§ **INPUT MATERIAL**
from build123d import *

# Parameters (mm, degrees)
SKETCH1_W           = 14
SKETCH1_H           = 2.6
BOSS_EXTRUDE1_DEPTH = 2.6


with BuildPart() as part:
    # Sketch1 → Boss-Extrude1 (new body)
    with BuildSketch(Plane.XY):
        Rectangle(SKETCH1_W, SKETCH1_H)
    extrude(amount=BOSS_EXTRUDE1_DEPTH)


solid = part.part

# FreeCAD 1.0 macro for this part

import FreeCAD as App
import Part
import Sketcher


def add_polygon(sketch, points):
    """Adds a closed chain of lines whose ends are joined by coincident constraints."""
    first, n = sketch.GeometryCount, len(points)
    for a, b in zip(points, points[1:] + points[:1]):
        sketch.addGeometry(Part.LineSegment(App.Vector(*a, 0), App.Vector(*b, 0)), False)
    for i in range(n):
        sketch.addConstraint(Sketcher.Constraint("Coincident", first + i, 2, first + (i + 1) % n, 1))

doc = App.newDocument("Part")
body = doc.addObject("PartDesign::Body", "Body")

# Sketch on XY plane
sketch1 = body.newObject("Sketcher::SketchObject", "Sketch")
sketch1.AttachmentSupport = (doc.getObject("XY_Plane"), [""])
sketch1.MapMode = "FlatFace"
add_polygon(sketch1, [(-7, 1.3), (-7, -1.3), (7, -1.3), (7, 1.3)])  # lines 0-3
sketch1.addConstraint([
    Sketcher.Constraint("Vertical", 0),
    Sketcher.Constraint("Horizontal", 1),
    Sketcher.Constraint("Vertical", 2),
    Sketcher.Constraint("Horizontal", 3),
    Sketcher.Constraint("Symmetric", 0, 2, 2, 2, -1, 1),
    Sketcher.Constraint("DistanceX", 1, 1, 1, 2, 14.0),
    Sketcher.Constraint("DistanceY", 0, 2, 0, 1, 2.6),
])
pad1 = body.newObject("PartDesign::Pad", "Pad")
pad1.Profile = sketch1
pad1.Length = 2.6

doc.recompute()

§ **INSTRUCTIONS TO FOLLOW**
Every entry should be restated word for word.

§ **SOLUTION FOR THIS TASK**
from build123d import *

# Parameters (mm, degrees)
SKETCH1_W           = 14
SKETCH1_H           = 2.6
BOSS_EXTRUDE1_DEPTH = 2.6


with BuildPart() as part:
    # Sketch1 → Boss-Extrude1 (new body)
    with BuildSketch(Plane.XY):
        Rectangle(SKETCH1_W, SKETCH1_H)
    extrude(amount=BOSS_EXTRUDE1_DEPTH)


solid = part.part

# FreeCAD 1.0 macro for this part

import FreeCAD as App
import Part
import Sketcher


def add_polygon(sketch, points):
    """Adds a closed chain of lines whose ends are joined by coincident constraints."""
    first, n = sketch.GeometryCount, len(points)
    for a, b in zip(points, points[1:] + points[:1]):
        sketch.addGeometry(Part.LineSegment(App.Vector(*a, 0), App.Vector(*b, 0)), False)
    for i in range(n):
        sketch.addConstraint(Sketcher.Constraint("Coincident", first + i, 2, first + (i + 1) % n, 1))

doc = App.newDocument("Part")
body = doc.addObject("PartDesign::Body", "Body")

# Sketch on XY plane
sketch1 = body.newObject("Sketcher::SketchObject", "Sketch")
sketch1.AttachmentSupport = (doc.getObject("XY_Plane"), [""])
sketch1.MapMode = "FlatFace"
add_polygon(sketch1, [(-7, 1.3), (-7, -1.3), (7, -1.3), (7, 1.3)])  # lines 0-3
sketch1.addConstraint([
    Sketcher.Constraint("Vertical", 0),
    Sketcher.Constraint("Horizontal", 1),
    Sketcher.Constraint("Vertical", 2),
    Sketcher.Constraint("Horizontal", 3),
    Sketcher.Constraint("Symmetric", 0, 2, 2, 2, -1, 1),
    Sketcher.Constraint("DistanceX", 1, 1, 1, 2, 14.0),
    Sketcher.Constraint("DistanceY", 0, 2, 0, 1, 2.6),
])
pad1 = body.newObject("PartDesign::Pad", "Pad")
pad1.Profile = sketch1
pad1.Length = 2.6

doc.recompute()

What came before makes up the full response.